====== Records for processing
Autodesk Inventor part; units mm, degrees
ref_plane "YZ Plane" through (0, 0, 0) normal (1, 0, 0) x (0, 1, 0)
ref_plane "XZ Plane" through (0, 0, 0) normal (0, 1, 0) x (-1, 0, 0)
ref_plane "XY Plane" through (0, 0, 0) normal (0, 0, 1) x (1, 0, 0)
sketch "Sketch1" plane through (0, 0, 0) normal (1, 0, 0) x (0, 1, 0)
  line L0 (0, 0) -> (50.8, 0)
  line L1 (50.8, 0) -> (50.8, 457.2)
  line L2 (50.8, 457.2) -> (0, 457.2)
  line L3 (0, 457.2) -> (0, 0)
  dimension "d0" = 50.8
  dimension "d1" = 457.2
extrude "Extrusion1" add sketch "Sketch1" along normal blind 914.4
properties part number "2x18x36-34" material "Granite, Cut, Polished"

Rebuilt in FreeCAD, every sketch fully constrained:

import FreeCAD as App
import Part
import Sketcher
from FreeCAD import Vector
Q = App.Units.Quantity

doc = App.newDocument("Part")
body = doc.addObject("PartDesign::Body", "Body")

# Sketch on YZ plane
sketch1 = body.newObject("Sketcher::SketchObject", "Sketch")
sketch1.AttachmentSupport = (doc.getObject("YZ_Plane"), [""])
sketch1.MapMode = "FlatFace"
sketch1.addGeometry([
    Part.LineSegment(Vector(0, 457, 0), Vector(0, 0, 0)),
    Part.LineSegment(Vector(0, 0, 0), Vector(51, 0, 0)),
    Part.LineSegment(Vector(51, 0, 0), Vector(51, 457, 0)),
    Part.LineSegment(Vector(51, 457, 0), Vector(0, 457, 0)),
], False)
sketch1.addConstraint([
    Sketcher.Constraint("Coincident", 0, 2, 1, 1),
    Sketcher.Constraint("Coincident", 1, 2, 2, 1),
    Sketcher.Constraint("Coincident", 2, 2, 3, 1),
    Sketcher.Constraint("Coincident", 3, 2, 0, 1),
    Sketcher.Constraint("Vertical", 0),
    Sketcher.Constraint("Horizontal", 1),
    Sketcher.Constraint("Vertical", 2),
    Sketcher.Constraint("Horizontal", 3),
    Sketcher.Constraint("Coincident", 0, 2, -1, 1),
    Sketcher.Constraint("DistanceX", 1, 1, 1, 2, Q("2 in")),
    Sketcher.Constraint("DistanceY", 0, 2, 0, 1, Q("18 in")),
])
pad1 = body.newObject("PartDesign::Pad", "Pad")
pad1.Profile = sketch1
pad1.Length = Q("36 in")

doc.recompute()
============
Starting at the first entry and ending at the last, reproduce each one exactly.

Autodesk Inventor part; units mm, degrees
ref_plane "YZ Plane" through (0, 0, 0) normal (1, 0, 0) x (0, 1, 0)
ref_plane "XZ Plane" through (0, 0, 0) normal (0, 1, 0) x (-1, 0, 0)
ref_plane "XY Plane" through (0, 0, 0) normal (0, 0, 1) x (1, 0, 0)
sketch "Sketch1" plane through (0, 0, 0) normal (1, 0, 0) x (0, 1, 0)
  line L0 (0, 0) -> (50.8, 0)
  line L1 (50.8, 0) -> (50.8, 457.2)
  line L2 (50.8, 457.2) -> (0, 457.2)
  line L3 (0, 457.2) -> (0, 0)
  dimension "d0" = 50.8
  dimension "d1" = 457.2
extrude "Extrusion1" add sketch "Sketch1" along normal blind 914.4
properties part number "2x18x36-34" material "Granite, Cut, Polished"

Rebuilt in FreeCAD, every sketch fully constrained:

import FreeCAD as App
import Part
import Sketcher
from FreeCAD import Vector
Q = App.Units.Quantity

doc = App.newDocument("Part")
body = doc.addObject("PartDesign::Body", "Body")

# Sketch on YZ plane
sketch1 = body.newObject("Sketcher::SketchObject", "Sketch")
sketch1.AttachmentSupport = (doc.getObject("YZ_Plane"), [""])
sketch1.MapMode = "FlatFace"
sketch1.addGeometry([
    Part.LineSegment(Vector(0, 457, 0), Vector(0, 0, 0)),
    Part.LineSegment(Vector(0, 0, 0), Vector(51, 0, 0)),
    Part.LineSegment(Vector(51, 0, 0), Vector(51, 457, 0)),
    Part.LineSegment(Vector(51, 457, 0), Vector(0, 457, 0)),
], False)
sketch1.addConstraint([
    Sketcher.Constraint("Coincident", 0, 2, 1, 1),
    Sketcher.Constraint("Coincident", 1, 2, 2, 1),
    Sketcher.Constraint("Coincident", 2, 2, 3, 1),
    Sketcher.Constraint("Coincident", 3, 2, 0, 1),
    Sketcher.Constraint("Vertical", 0),
    Sketcher.Constraint("Horizontal", 1),
    Sketcher.Constraint("Vertical", 2),
    Sketcher.Constraint("Horizontal", 3),
    Sketcher.Constraint("Coincident", 0, 2, -1, 1),
    Sketcher.Constraint("DistanceX", 1, 1, 1, 2, Q("2 in")),
    Sketcher.Constraint("DistanceY", 0, 2, 0, 1, Q("18 in")),
])
pad1 = body.newObject("PartDesign::Pad", "Pad")
pad1.Profile = sketch1
pad1.Length = Q("36 in")

doc.recompute()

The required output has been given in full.